Update on my BLDC work - I moved everything over to an RX/62T 64-pin chip. Cheaper than the 62N, and I was actually able to get some :-)
After building up the 62N boards, Digikey finally has the 62T in stock, and no 62Ns at the moment. Built up a 62T 80-pin breakout and a gRX to E1 adapter.
The new breakout boards are here! Ten shrink-wrapped bundles of 10. Parts should be here today too, or maybe tomorrow. Will be a long weekend :-)
I got the E20 to E1 adapter working, and updated the design files in the 9th's entry. The 10K resistor goes to pin *4* of the 38-pin connector, not pin *2*.
For another project I'm working on, I had to figure out how to reprogram the FLASH from within the RX, using GCC. I'm sharing the test program in case anyone wants an example of how to define a function that runs in RAM instead of ROM with gcc. Note: this assumes your runtime copies all your initialized data to RAM (it should) and that your data section is called ".data". The code is specific to my os-board and it's runtime, but should be adaptable.
My attempt at an E20 to E1 adapter (R0E000200CKA00) to use an E20 emulator with a target that has only an E1 connector. At the moment, it's not working, but I have a real one on the way (finally) to compare against.
Updates: Since the abve, I've tried two changes to make it "work". I disconnected the E20 pin 12 as the manual doesn't show it as connected (the RSK board does). I've also installed a 10K resistor between MD0 and gnd, as the real adapter has one. Neither have resulted in success, but I haven't ruled out software problems.
Yesterday I built up the electronics on the breakout, and today I added all the headers. It all works!
Finishing up another project, this one will be part of a motor control experiment. It's an RX breakout board that supports both 144 and 100 pin devices, and both E1 and gRX programming. I have a separate motor power board which has an MCU interface, and I'll be testing it with various MCU boards I have (r8c, m16c, rx). This board is for the RX tests, but I added a few things to make it more generically useful.
HA! It took me a while, but I got my goal of 1027x768 working.
800x600 worked just fine, but 1024x768 wouldn't lock with the monitor.
Turned out I needed to add another pipeline stage on the TMDS output
channel to get the timing to work (specifically, I latched the TMDS
encoder outputs so they had more time to work).

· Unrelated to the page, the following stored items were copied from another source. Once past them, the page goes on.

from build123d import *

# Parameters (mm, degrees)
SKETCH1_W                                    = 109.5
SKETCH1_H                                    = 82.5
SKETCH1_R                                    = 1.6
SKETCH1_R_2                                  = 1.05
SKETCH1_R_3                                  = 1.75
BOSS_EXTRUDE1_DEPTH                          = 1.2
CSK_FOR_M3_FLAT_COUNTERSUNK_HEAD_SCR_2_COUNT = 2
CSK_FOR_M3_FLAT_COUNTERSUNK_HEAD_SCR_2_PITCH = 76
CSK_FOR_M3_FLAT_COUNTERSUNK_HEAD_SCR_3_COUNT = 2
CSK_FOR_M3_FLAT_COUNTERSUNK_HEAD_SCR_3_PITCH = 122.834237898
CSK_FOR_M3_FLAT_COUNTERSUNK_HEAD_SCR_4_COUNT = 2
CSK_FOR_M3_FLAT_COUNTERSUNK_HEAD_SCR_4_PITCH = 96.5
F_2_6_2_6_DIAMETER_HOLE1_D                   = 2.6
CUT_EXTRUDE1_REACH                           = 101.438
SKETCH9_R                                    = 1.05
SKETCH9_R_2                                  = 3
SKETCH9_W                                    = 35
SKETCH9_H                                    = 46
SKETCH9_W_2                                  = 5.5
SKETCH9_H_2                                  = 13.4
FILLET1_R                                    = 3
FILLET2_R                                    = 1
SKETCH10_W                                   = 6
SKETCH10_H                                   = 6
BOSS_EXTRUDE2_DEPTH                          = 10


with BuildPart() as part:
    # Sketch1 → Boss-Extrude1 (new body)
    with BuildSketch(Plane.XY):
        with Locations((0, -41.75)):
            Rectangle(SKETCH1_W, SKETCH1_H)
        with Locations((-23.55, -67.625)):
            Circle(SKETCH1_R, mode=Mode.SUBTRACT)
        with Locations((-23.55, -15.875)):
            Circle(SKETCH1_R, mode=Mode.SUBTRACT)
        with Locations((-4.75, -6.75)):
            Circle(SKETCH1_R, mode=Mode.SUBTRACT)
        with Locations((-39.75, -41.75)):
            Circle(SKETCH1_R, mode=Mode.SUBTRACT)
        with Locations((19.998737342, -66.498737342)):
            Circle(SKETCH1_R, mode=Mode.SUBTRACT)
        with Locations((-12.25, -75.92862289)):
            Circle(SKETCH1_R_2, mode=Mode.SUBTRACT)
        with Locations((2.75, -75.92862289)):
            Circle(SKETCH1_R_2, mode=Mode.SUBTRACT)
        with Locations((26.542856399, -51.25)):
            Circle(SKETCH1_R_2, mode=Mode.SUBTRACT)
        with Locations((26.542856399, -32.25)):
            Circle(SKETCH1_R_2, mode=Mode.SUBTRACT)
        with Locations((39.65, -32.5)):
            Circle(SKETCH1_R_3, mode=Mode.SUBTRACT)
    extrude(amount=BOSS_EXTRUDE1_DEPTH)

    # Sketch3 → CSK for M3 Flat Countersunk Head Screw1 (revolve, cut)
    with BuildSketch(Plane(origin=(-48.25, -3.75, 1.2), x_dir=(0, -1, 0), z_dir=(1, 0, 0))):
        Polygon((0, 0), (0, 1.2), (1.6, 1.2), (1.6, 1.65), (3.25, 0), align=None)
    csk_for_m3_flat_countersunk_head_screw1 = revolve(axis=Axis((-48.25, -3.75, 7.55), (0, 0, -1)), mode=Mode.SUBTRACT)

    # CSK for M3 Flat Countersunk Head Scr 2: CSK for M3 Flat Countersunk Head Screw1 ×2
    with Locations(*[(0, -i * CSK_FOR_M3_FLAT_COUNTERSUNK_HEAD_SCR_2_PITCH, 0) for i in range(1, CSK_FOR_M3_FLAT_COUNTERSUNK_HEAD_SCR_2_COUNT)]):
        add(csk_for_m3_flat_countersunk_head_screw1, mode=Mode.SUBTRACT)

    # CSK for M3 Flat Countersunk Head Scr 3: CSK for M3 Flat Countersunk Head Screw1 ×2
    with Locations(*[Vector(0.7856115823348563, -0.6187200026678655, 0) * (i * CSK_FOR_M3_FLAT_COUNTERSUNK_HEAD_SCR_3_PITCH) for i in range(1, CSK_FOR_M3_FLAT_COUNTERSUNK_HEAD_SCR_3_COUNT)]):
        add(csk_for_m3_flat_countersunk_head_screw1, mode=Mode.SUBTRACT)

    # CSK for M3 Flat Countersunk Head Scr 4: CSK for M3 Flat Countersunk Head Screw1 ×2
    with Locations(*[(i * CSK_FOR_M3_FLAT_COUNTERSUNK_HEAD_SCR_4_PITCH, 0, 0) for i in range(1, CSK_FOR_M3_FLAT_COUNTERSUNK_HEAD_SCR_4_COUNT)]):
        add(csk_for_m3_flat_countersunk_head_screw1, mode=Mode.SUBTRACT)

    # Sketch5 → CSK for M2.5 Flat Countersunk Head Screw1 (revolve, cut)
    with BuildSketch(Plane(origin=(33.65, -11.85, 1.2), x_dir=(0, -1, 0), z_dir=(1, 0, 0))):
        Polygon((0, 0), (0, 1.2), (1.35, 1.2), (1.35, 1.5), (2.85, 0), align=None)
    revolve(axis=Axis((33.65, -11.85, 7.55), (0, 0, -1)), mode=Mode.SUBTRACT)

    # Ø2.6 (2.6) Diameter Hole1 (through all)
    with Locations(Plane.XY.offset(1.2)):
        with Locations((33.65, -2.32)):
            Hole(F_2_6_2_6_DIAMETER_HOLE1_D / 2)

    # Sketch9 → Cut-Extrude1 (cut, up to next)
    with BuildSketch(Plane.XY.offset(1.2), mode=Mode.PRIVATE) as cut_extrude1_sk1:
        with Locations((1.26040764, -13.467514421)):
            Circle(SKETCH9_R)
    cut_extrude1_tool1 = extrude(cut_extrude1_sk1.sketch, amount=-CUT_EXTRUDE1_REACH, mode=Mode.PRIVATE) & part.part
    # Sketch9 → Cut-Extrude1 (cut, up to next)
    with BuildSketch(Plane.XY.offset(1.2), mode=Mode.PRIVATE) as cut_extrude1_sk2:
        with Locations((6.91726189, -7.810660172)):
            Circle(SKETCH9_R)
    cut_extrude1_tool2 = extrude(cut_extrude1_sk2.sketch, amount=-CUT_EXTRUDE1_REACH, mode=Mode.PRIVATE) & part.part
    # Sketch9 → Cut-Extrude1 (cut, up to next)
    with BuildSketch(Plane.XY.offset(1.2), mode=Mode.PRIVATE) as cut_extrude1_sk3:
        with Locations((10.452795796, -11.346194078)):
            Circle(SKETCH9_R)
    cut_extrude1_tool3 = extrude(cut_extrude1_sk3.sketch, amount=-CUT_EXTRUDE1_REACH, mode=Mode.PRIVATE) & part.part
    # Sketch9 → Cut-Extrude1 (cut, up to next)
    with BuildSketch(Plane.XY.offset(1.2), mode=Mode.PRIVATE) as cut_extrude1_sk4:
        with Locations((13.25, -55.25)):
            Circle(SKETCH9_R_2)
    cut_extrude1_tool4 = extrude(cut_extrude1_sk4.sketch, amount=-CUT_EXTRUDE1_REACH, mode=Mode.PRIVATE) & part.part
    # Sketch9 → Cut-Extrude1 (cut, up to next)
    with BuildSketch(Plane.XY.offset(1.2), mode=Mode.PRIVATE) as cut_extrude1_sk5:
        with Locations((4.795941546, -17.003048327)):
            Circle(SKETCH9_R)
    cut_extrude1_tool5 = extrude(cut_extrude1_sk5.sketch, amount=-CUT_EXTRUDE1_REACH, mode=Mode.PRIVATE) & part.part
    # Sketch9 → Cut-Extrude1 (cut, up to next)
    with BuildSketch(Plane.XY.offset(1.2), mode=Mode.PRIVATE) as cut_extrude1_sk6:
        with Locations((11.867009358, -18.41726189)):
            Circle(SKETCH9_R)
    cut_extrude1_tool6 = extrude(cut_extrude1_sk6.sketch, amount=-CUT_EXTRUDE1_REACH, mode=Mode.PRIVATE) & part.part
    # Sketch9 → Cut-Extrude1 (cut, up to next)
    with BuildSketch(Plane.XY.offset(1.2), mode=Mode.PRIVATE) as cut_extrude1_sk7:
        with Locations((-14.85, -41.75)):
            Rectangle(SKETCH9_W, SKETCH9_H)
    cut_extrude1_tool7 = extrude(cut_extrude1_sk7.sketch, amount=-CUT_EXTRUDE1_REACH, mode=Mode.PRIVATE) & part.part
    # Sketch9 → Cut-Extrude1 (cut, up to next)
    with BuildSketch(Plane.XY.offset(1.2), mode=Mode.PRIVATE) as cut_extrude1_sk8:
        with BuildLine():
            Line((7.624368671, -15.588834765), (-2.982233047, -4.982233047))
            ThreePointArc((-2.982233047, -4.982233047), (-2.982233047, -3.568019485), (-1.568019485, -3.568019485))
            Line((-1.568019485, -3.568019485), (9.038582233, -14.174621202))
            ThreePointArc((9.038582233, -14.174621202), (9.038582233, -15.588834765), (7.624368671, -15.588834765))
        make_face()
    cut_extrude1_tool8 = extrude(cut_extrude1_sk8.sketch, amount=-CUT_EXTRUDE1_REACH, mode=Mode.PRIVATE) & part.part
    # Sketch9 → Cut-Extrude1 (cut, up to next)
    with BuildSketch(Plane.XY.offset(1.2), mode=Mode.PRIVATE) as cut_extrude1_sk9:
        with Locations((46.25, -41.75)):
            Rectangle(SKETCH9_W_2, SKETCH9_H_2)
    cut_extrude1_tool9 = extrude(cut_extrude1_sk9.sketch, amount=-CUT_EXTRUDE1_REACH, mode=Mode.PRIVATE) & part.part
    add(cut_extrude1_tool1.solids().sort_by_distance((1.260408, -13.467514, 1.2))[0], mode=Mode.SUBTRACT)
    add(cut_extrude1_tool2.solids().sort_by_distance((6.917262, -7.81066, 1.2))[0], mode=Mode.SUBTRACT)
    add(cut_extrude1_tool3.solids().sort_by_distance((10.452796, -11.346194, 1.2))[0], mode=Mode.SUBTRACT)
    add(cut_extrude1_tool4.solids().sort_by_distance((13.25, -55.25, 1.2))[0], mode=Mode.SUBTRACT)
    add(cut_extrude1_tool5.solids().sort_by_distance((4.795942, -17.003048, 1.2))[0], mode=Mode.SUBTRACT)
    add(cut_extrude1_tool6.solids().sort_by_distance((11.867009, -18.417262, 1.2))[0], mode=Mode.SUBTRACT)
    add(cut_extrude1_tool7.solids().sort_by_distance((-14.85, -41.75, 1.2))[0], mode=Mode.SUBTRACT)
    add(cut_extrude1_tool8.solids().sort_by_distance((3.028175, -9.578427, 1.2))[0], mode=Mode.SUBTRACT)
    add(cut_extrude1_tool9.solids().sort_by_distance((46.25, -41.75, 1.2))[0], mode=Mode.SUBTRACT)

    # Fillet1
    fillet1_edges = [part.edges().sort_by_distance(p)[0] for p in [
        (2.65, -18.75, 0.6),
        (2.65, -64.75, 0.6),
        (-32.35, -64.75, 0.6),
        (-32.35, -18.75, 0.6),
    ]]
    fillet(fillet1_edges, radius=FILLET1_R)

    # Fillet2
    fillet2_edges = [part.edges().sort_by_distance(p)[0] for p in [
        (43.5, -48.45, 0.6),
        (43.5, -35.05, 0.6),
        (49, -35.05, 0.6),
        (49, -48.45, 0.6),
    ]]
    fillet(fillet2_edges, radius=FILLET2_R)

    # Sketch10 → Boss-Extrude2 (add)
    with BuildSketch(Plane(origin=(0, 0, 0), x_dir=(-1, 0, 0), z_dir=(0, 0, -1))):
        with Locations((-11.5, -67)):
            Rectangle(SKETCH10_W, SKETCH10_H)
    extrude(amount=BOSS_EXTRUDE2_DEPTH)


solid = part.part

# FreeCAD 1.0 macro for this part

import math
import FreeCAD as App
import Part
import Sketcher

V = App.Vector
Q = App.Units.Quantity


def edges_at(feature, points):
    """Names of the edges that pass closest to the given points."""
    edges = feature.Shape.Edges
    near = lambda p: min(range(len(edges)), key=lambda i: edges[i].distToShape(Part.Vertex(*p))[0])
    return sorted({f"Edge{near(p) + 1}" for p in points})

doc = App.newDocument("Part")
params = doc.addObject("Spreadsheet::Sheet", "Params")
for row, (alias, value) in enumerate([
    ("sketch1_diameter", "3.2 mm"),
    ("sketch1_diameter2", "2.1 mm"),
    ("sketch1_diameter3", "3.5 mm"),
    ("sketch1_width", "109.5 mm"),
    ("sketch1_height", "82.5 mm"),
    ("pad1_length", "1.2 mm"),
    ("sketch2_width", "1.6 mm"),
    ("sketch2_height", "1.2 mm"),
    ("sketch2_width2", "3.25 mm"),
    ("groove_angle", "360 deg"),
    ("linearpattern_pitch", "76 mm"),
    ("linearpattern2_pitch", "122.834238 mm"),
    ("linearpattern3_pitch", "96.5 mm"),
    ("sketch3_height", "1.2 mm"),
    ("sketch3_height2", "0.3 mm"),
    ("sketch3_width", "2.85 mm"),
    ("groove2_angle", "360 deg"),
    ("sketch4_diameter", "2.6 mm"),
    ("hole_diameter", "2.6 mm"),
    ("sketch5_diameter", "2.1 mm"),
    ("sketch6_diameter", "2.1 mm"),
    ("sketch7_diameter", "2.1 mm"),
    ("sketch8_diameter", "6 mm"),
    ("sketch9_diameter", "2.1 mm"),
    ("sketch10_diameter", "2.1 mm"),
    ("sketch11_width", "35 mm"),
    ("sketch11_height", "46 mm"),
    ("sketch12_radius", "1 mm"),
    ("sketch12_length", "15 mm"),
    ("sketch13_width", "5.5 mm"),
    ("sketch13_height", "13.4 mm"),
    ("fillet_radius", "3 mm"),
    ("fillet2_radius", "1 mm"),
    ("sketch14_width", "6 mm"),
    ("pad2_length", "10 mm"),
], start=1):
    params.set(f"A{row}", alias)
    params.set(f"B{row}", "=" + value)
    params.setAlias(f"B{row}", alias)

body = doc.addObject("PartDesign::Body", "Body")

First time I got a video image off the RX board! It's only 640x480 and it's not reading data from the RX chip yet, but it's giving a valid DVI signal :-)
I created a separate page for my RX/62N-based operating system development board.
This is my first RX board. Since the chips are hard to come by, I designed a carrier for the chip that plugs into whatever board I'm using. The carrier has all the bypass caps, although the eval board has them too, and the sockets on the eval board are cheaper and easier to get than the RX chip.
I use USB adapters to program all my Renesas parts, the RX is no exception. These boards plug into the E8/E1 connector on the RX board and give it a USB interface compatible with my programming software.
This first image demonstrates why I always solder in the male headers
when I get an eval board. My logic analyzer plugs directly into
those, so it's very handy for watching multiple signals.